CHICAGO – This time, even Emilio was there. The cast of the seminal teen movie The Breakfast Club had a reunion for the ages, enjoying a posh lunch and trading barbs at one another all over again.

Emilio Estevez joined former cast members Anthony Michael Hall, Judd Nelson, Molly Ringwald, and Ally Sheedy for a reunion meal at RPM Steak, an up-market steakhouse in River North. The actors were also in town for a panel chat at the Chicago Comic & Entertainment Expo.

They had nothing praise for one another in their respective movie careers but then reverted to character when asked about the the 1985 movie that brought them all together. “We’re all still pretty bizarre,” Estevez said, echoing one of the film’s most famous lines, uttered by his character, Andrew Clark. “And we’ve learned how to hide it really, really well.”

The Breakfast Club, directed by the late John Hughes, followed a group of five students at an Illinois high school who report for an all-day detention. During that day, they bond with one another and call themselves the Breakfast Club. The film cost just $1 million and has grossed $51.5 million. It is often on lists of the best films of the 1980s and best teen films of all time. All of the stars went on to bigger and better things.
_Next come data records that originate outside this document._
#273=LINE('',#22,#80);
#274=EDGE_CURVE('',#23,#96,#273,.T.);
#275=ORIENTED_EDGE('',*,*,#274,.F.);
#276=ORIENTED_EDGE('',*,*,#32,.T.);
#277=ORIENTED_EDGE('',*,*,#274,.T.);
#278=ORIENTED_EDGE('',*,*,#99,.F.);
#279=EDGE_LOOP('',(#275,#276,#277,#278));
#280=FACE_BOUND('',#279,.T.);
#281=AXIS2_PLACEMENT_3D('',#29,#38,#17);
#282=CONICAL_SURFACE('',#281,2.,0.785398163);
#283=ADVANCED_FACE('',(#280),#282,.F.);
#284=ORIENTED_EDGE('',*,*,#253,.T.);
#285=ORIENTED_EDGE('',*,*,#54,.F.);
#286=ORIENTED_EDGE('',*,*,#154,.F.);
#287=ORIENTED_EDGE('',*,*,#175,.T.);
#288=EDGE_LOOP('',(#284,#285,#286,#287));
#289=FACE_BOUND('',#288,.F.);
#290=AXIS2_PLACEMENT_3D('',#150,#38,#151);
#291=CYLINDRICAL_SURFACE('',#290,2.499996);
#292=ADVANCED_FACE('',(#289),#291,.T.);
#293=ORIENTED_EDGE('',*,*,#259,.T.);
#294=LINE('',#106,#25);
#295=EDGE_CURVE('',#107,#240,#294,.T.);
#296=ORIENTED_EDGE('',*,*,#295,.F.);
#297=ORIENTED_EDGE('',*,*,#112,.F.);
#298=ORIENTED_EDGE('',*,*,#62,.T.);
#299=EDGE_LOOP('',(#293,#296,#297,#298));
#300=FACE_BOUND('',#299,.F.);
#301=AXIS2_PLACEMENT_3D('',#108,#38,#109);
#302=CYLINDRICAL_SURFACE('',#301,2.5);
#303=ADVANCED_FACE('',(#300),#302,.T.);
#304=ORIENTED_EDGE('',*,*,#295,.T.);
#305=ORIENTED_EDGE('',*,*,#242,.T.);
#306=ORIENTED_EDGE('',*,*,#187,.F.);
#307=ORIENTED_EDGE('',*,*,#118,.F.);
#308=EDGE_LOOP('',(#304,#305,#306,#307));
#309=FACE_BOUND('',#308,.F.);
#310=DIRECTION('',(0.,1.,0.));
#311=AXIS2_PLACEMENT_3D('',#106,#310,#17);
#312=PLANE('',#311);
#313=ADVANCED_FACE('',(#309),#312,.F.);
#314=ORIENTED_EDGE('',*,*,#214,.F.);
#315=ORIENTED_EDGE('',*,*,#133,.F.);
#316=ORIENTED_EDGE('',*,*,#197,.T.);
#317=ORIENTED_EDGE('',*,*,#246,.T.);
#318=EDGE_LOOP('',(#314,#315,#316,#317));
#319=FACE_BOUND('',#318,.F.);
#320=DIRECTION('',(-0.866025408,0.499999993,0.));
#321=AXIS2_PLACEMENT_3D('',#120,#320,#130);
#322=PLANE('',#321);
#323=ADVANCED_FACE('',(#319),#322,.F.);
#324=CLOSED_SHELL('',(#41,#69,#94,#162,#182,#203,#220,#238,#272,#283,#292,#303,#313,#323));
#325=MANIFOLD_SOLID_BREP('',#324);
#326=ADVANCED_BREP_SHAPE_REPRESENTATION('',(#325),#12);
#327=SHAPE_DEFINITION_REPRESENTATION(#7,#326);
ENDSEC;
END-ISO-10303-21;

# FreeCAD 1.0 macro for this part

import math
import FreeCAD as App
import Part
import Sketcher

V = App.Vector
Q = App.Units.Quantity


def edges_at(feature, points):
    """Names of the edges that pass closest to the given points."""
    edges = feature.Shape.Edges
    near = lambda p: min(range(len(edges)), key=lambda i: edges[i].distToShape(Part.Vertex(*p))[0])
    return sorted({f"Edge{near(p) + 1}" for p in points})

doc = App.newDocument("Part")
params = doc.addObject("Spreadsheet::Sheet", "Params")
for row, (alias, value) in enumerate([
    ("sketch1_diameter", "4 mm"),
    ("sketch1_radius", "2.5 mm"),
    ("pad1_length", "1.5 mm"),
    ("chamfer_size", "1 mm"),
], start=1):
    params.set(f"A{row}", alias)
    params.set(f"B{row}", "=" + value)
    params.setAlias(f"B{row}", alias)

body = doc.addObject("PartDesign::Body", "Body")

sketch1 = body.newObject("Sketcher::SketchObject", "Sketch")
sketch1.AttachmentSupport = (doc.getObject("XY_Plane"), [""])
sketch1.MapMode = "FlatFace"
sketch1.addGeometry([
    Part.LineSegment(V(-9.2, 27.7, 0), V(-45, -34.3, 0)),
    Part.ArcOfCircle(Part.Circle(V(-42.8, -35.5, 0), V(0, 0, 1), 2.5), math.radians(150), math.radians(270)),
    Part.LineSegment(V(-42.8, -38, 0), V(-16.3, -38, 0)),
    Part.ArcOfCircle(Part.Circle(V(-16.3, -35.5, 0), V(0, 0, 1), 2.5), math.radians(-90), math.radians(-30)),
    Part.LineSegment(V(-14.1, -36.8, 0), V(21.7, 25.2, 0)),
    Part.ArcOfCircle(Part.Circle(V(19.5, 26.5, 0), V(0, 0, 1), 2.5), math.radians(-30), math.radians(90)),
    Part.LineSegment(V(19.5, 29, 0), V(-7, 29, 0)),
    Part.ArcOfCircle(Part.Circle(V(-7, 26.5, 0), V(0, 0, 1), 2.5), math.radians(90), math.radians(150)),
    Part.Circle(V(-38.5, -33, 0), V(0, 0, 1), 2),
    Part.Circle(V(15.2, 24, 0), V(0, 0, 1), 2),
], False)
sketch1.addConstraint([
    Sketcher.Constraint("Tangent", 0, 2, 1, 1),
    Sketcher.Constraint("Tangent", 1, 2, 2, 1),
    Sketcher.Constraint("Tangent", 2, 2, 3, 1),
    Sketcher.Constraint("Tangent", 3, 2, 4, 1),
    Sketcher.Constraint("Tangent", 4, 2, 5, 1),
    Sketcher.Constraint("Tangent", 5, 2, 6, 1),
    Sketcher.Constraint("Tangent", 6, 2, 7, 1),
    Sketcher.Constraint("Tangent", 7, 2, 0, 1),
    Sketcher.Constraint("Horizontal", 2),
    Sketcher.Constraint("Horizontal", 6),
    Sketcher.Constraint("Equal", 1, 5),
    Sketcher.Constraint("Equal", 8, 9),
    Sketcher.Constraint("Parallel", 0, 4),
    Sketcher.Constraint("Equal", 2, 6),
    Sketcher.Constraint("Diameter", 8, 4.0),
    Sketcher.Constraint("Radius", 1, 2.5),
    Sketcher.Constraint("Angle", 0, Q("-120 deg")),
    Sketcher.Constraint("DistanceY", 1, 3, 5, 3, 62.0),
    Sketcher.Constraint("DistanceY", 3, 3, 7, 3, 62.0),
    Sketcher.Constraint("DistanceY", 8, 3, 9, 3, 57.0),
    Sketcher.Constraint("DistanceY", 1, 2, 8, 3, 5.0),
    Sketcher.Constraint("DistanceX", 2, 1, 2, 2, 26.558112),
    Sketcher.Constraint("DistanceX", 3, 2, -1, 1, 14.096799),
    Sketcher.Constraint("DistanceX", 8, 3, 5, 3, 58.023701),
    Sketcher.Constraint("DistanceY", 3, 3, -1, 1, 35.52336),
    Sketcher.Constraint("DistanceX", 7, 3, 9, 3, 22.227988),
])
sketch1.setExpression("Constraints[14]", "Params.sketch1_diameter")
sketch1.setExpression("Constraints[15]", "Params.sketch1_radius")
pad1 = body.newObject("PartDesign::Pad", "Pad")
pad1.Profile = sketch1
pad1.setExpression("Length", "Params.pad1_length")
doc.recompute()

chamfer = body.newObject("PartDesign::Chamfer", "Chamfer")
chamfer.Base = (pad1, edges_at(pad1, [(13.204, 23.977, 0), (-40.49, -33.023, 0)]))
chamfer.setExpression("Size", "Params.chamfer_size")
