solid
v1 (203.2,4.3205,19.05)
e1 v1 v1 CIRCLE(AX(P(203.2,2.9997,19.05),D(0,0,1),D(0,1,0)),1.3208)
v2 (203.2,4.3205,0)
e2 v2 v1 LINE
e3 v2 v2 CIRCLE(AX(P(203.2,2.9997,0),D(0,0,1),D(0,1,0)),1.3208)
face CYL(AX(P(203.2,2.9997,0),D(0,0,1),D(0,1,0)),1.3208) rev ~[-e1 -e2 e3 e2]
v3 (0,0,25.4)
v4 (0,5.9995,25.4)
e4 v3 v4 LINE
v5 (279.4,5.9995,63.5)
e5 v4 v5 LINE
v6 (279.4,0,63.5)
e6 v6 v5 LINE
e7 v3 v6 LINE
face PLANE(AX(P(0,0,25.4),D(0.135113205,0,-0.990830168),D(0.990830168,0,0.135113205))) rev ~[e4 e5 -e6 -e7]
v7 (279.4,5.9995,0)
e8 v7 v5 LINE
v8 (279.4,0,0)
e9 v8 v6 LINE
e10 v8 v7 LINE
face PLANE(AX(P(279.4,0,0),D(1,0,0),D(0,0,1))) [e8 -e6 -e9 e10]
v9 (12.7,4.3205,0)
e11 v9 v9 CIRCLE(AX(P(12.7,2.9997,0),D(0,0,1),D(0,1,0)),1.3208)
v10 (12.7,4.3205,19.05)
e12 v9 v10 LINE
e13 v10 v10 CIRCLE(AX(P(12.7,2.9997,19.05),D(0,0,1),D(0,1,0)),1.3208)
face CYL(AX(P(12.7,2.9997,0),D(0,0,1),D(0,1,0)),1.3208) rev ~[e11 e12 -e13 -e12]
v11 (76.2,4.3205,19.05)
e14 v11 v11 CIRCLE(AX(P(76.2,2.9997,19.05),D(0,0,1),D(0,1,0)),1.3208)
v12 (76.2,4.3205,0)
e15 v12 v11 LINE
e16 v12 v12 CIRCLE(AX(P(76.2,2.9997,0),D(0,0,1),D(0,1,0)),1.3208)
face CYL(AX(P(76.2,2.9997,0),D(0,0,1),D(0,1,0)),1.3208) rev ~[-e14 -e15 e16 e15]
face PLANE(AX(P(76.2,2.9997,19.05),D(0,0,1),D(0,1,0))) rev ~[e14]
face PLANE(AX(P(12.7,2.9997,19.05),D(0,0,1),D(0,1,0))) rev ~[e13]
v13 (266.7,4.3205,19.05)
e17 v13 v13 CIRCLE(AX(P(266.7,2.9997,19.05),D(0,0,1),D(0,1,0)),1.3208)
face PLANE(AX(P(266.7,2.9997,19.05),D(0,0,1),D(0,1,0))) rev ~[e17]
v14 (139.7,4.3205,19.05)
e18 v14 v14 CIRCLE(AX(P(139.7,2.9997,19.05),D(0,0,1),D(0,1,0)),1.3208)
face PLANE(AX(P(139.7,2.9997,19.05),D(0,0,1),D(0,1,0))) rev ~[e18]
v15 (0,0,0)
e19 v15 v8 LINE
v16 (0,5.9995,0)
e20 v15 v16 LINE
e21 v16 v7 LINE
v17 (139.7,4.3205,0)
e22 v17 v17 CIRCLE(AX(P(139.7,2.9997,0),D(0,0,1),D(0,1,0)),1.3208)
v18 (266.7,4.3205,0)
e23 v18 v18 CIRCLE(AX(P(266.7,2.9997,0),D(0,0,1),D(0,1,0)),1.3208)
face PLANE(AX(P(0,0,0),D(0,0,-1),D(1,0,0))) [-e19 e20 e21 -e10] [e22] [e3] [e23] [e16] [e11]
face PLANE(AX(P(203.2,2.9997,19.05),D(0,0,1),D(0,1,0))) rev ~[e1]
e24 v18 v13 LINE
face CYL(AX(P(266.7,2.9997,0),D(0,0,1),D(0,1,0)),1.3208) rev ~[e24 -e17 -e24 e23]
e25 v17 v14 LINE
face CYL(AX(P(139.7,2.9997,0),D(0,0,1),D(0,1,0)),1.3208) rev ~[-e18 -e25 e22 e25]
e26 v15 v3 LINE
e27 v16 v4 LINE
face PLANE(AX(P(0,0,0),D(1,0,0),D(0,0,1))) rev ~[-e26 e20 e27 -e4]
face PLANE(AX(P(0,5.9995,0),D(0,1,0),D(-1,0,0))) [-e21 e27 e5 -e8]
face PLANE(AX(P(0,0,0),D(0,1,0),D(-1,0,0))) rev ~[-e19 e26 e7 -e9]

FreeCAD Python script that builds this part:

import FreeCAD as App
import Part
import Sketcher
from FreeCAD import Vector
Q = App.Units.Quantity

doc = App.newDocument("Part")
body = doc.addObject("PartDesign::Body", "Body")

sketch1 = body.newObject("Sketcher::SketchObject", "Sketch")
sketch1.AttachmentSupport = (doc.getObject("XZ_Plane"), [""])
sketch1.MapMode = "FlatFace"
sketch1.addGeometry([
    Part.LineSegment(Vector(279, 0, 0), Vector(0, 0, 0)),
    Part.LineSegment(Vector(0, 0, 0), Vector(0, 25, 0)),
    Part.LineSegment(Vector(0, 25, 0), Vector(279, 64, 0)),
    Part.LineSegment(Vector(279, 64, 0), Vector(279, 0, 0)),
], False)
sketch1.addConstraint([
    Sketcher.Constraint("Coincident", 0, 2, 1, 1),
    Sketcher.Constraint("Coincident", 1, 2, 2, 1),
    Sketcher.Constraint("Coincident", 2, 2, 3, 1),
    Sketcher.Constraint("Coincident", 3, 2, 0, 1),
    Sketcher.Constraint("Horizontal", 0),
    Sketcher.Constraint("Vertical", 1),
    Sketcher.Constraint("Vertical", 3),
    Sketcher.Constraint("Coincident", 0, 2, -1, 1),
    Sketcher.Constraint("DistanceX", 0, 2, 0, 1, Q("11 in")),
    Sketcher.Constraint("DistanceY", 1, 1, 1, 2, Q("1 in")),
    Sketcher.Constraint("DistanceY", 3, 2, 3, 1, Q("2.5 in")),
])
pad1 = body.newObject("PartDesign::Pad", "Pad")
pad1.Profile = sketch1
pad1.Length = Q("0.2362008 in")
pad1.Reversed = True

sketch2 = body.newObject("Sketcher::SketchObject", "Sketch001")
sketch2.AttachmentSupport = (doc.getObject("XY_Plane"), [""])
sketch2.MapMode = "FlatFace"
sketch2.addGeometry([
    Part.Circle(Vector(266.7, 3, 0), Vector(0, 0, 1), 1.3),
    Part.Circle(Vector(203.2, 3, 0), Vector(0, 0, 1), 1.3),
    Part.Circle(Vector(139.7, 3, 0), Vector(0, 0, 1), 1.3),
    Part.Circle(Vector(76.2, 3, 0), Vector(0, 0, 1), 1.3),
    Part.Circle(Vector(12.7, 3, 0), Vector(0, 0, 1), 1.3),
], False)
sketch2.addConstraint([
    Sketcher.Constraint("Equal", 0, 1),
    Sketcher.Constraint("Equal", 1, 2),
    Sketcher.Constraint("Equal", 2, 3),
    Sketcher.Constraint("Equal", 3, 4),
    Sketcher.Constraint("Horizontal", 0, 3, 1, 3),
    Sketcher.Constraint("Horizontal", 1, 3, 2, 3),
    Sketcher.Constraint("Horizontal", 2, 3, 3, 3),
    Sketcher.Constraint("Horizontal", 3, 3, 4, 3),
    Sketcher.Constraint("Diameter", 0, Q("0.104 in")),
    Sketcher.Constraint("DistanceX", -1, 1, 1, 3, Q("8 in")),
    Sketcher.Constraint("DistanceX", -1, 1, 3, 3, Q("3 in")),
    Sketcher.Constraint("DistanceX", 2, 3, 0, 3, Q("5 in")),
    Sketcher.Constraint("DistanceX", 4, 3, 2, 3, Q("5 in")),
    Sketcher.Constraint("DistanceX", -1, 1, 0, 3, Q("10.5 in")),
    Sketcher.Constraint("DistanceY", -1, 1, 0, 3, Q("0.1181 in")),
])
doc.recompute()
hole = body.newObject("PartDesign::Hole", "Hole")
hole.Profile = sketch2
hole.ThreadType = "None"
hole.Diameter = Q("0.104 in")
hole.DepthType = "Dimension"
hole.Depth = Q("0.75 in")
hole.DrillPoint = "Flat"
hole.Reversed = True

doc.recompute()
Asked why they weren’t having breakfast together, Hall quipped, “We’ve already done that. Haven’t you seen the movie? We’re moving on. This time, it’s the lunch club.” To prove his point, Hall stopped talking long enough to take a huge bite of his club sandwich.

The Chicago reunion was significant because it marked the first time that Estevez had joined in; because of family concerns, he had been absent from the 30-year reunion, in 2015, when a digitally remastered film accompanied that temporal landmark.  He promised to make it to the 50-year reunion, already being planned for 2035. “I’ll get us a prime dinner spot, to be sure,” Estevez said. “I’m already working on it.”

Whether the Brat Pack five get together for Dessert Club in 2045 remains to be seen.